I've only tried the belle saison once. In a dry Irish stout. Best stout I've ever made, and a great beer.


----------



## manticle (29/9/13)

For me it's similar to others - I just vary the rests a touch.

55/62/67/72/78
5/15/45/10/10

I mainly use 3711 and run it pretty warm so attenuation and dryness isn't a problem with 15 mins in the low 60s. Going to hit 1006 or lower no drama, dry finish but still enough body to give it life.


----------



## mje1980 (29/9/13)

Tah mate.


----------



## bradmccoy (5/11/13)

Just came across this:

"Prairie Artisan Ales - 'Merica Saison Review" http://www.bear-flavored.com/2013/11/prairie-artisan-ales-merica-saison.html 

Nelson S in a saison. Wouldn't mind trying it.


----------



## Charst (5/11/13)

Not tried any New World Hops in a saison purely because i haven't been through enough of the traditionally used noble hops in saisons to warrant it.
Saisons are meant to have some wine like characteristics so i can see how NS could go well.

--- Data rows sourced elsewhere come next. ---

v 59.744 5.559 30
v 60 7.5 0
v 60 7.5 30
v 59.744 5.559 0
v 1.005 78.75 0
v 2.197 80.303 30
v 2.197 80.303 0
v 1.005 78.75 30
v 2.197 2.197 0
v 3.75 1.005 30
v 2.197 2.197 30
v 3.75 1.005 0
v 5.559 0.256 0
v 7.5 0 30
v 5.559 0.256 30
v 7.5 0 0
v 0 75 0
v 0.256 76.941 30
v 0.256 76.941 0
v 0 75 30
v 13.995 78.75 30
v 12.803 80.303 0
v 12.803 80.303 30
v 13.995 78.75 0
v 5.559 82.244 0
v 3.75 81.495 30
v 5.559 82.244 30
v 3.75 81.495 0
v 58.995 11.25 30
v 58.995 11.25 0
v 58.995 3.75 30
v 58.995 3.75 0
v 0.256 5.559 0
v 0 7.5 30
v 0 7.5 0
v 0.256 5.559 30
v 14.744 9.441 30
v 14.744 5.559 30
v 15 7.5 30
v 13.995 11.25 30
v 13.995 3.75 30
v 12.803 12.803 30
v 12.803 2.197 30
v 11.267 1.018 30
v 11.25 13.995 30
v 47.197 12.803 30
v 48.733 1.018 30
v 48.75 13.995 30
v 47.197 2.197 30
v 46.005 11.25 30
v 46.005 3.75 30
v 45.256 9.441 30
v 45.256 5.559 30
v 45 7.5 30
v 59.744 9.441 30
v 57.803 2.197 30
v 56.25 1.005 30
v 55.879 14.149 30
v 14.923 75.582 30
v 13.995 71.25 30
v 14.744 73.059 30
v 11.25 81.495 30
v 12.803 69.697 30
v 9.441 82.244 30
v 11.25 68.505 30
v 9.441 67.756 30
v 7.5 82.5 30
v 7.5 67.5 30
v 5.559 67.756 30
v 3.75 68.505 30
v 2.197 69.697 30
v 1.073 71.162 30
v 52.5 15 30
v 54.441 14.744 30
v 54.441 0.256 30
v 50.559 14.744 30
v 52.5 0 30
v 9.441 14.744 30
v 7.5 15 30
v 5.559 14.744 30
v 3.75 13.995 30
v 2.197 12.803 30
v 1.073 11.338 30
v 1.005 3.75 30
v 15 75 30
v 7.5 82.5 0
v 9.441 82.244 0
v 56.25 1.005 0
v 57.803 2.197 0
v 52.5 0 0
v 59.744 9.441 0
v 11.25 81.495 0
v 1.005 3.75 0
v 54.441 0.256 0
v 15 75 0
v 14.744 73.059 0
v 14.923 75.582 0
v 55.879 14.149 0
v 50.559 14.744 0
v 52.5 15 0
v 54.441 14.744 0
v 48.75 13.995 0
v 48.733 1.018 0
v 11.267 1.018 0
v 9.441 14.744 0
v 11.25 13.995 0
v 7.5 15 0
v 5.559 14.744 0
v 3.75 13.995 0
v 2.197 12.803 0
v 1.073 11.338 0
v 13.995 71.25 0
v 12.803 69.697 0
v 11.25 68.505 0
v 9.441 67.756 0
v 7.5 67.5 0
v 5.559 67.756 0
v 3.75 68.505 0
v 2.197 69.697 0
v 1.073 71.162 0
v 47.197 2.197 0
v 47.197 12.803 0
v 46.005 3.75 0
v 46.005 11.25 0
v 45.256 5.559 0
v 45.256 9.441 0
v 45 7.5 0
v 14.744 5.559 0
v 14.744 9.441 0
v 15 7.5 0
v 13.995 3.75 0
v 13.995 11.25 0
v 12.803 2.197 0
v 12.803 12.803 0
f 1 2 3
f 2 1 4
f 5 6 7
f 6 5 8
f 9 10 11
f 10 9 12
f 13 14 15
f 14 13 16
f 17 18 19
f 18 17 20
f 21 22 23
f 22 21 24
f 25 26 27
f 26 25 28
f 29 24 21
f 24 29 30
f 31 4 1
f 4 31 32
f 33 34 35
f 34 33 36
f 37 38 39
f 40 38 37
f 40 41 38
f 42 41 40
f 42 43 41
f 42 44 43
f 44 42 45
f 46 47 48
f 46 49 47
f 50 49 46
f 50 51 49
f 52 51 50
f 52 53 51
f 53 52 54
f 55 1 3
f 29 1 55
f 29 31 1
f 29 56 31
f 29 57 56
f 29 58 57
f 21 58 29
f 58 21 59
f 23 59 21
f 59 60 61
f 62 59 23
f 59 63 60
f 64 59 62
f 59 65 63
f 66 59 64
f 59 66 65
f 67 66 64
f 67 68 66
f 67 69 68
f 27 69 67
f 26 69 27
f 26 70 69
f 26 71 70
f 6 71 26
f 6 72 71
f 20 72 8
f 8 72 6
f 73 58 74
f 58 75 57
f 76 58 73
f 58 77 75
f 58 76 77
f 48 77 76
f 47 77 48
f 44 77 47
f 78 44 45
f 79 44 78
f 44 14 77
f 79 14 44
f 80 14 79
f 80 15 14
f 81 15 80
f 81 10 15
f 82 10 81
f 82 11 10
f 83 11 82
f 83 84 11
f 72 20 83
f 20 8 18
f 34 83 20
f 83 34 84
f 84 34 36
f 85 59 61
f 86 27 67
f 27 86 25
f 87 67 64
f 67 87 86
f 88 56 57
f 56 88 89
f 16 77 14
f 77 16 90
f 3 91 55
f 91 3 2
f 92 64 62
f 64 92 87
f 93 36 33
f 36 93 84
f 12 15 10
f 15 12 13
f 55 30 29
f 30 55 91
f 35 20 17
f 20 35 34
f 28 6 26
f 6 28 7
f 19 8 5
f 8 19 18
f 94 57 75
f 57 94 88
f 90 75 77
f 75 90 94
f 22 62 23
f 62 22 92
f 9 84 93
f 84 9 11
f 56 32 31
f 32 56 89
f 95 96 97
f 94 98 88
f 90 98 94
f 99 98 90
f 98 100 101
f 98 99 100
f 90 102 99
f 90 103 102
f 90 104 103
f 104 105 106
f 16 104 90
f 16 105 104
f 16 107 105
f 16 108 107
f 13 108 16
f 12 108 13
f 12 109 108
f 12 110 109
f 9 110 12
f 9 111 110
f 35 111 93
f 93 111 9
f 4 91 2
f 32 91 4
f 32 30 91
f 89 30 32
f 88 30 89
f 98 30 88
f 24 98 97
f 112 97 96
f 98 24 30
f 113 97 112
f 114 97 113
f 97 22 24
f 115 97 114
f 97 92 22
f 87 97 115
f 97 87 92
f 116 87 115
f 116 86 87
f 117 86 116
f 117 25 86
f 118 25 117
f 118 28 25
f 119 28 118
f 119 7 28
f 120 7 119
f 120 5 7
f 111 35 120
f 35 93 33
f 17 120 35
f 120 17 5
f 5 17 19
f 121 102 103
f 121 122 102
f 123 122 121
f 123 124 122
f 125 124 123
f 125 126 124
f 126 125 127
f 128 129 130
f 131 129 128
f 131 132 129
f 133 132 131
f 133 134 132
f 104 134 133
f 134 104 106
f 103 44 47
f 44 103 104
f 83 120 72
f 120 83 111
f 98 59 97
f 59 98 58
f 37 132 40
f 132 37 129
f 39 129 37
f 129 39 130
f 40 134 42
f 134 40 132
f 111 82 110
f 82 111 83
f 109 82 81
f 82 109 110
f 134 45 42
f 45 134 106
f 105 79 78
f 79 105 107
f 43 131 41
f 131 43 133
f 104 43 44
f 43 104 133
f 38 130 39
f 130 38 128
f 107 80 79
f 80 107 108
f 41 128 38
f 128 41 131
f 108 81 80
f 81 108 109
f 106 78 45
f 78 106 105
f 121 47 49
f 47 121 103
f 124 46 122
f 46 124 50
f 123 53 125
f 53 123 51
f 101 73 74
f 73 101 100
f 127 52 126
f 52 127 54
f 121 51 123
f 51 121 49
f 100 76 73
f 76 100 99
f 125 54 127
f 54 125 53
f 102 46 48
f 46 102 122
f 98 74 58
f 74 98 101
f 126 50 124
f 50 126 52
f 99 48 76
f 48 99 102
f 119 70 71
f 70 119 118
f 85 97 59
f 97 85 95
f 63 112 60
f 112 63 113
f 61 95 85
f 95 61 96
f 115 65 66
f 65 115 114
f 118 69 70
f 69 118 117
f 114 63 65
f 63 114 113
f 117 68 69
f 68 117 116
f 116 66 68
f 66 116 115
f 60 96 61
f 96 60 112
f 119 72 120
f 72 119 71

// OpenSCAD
module rounded_control(base, height, length, radius){
	hull(){
		cylinder(length, radius, radius);
		translate([base, 0, 0])
			cylinder(length, radius, radius);
		translate([0, height, 0])
			cylinder(length, radius, radius);
	}
}

module bendy_control(base, height, length, radius){
	union(){
		difference(){
			translate([radius, radius, 0])
				rounded_control(base, height, length, radius);
			translate([1, 1, -.5 * length])
				translate([radius-1, radius-1, 0])
					rounded_control(base, height, 2*length, radius-1);
		}
		translate([radius, radius, 0]){
			cylinder(length, radius, radius);
			translate([base, 0, 0])
				cylinder(length, radius, radius);
			translate([0, height, 0])
				cylinder(length, radius, radius);
		}
	}
}

base = 30 * 1.5;
height = 45 * 1.5;
length = 20 * 1.5;
radius = 5 * 1.5;
bendy_control(base, height, length, radius);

That said i would use it carefully and not over hop. You want it to be a component of the beer, and high AA hops can easily dominate.

trying it is the only way to find out though.


----------



## seamad (5/11/13)

I've used calypso for a few with 3711 and they go together pretty well.


----------



## mje1980 (5/11/13)

I tried calypso in y first saison. Supposed to add pear but I only lightly hopped it. Certainly lemon but I think that's the belle saison. I have another cube of saison in which I added a lot more calypso later in the boil. Hope to taste around Christmas.


----------



## bradmccoy (5/11/13)

Awesome. Let us know how your second lot goes. I've never used Calypso in anything. Will have to check it out.


----------



## bradmccoy (5/11/13)

Charst said:


> Not tried any New World Hops in a saison purely because i haven't been through enough of the traditionally used noble hops in saisons to warrant it.
> Saisons are meant to have some wine like characteristics so i can see how NS could go well.
> 
> That said i would use it carefully and not over hop. You want it to be a component of the beer, and high AA hops can easily dominate.
> ...


The beer linked above is 7.something ABV. So I assume it has plenty of malt to hold the hops up. But then, to what extent this allows the yeast to stand out, I don't know.


----------



## jlm (5/11/13)

NS in a saison is awesome. I've brewed a few with it now. An over the top commercial version is 8 Wired's Sauvin Saison which is more like a NS IPA fermented with a saison yeast (assuming Dupont is your yardstick, she's a varied style for sure....) and is an excellent beer. But with the character that a saison yeast throws you can throw quite a bit at it late and not be too worried about it dominating the beer. Within reason of course.


----------



## DJR (13/11/13)

I bittered my Saison with Sorachi Ace and finished with US Saaz... time will tell in the bottle if it's any good, but the lemony taste of the Sorachi was definitely there, I wouldn't use it much as a late hop though, would end up with the bad end of the Sorachi spectrum (lemon dishwash)


----------



## Pickaxe (13/11/13)

Been curious about sorachi ace. So is that a general thing that sorachi is lemony late- too much so?

pickaxe


----------



## mje1980 (15/11/13)

bradmccoy said:


> Awesome. Let us know how your second lot goes. I've never used Calypso in anything. Will have to check it out.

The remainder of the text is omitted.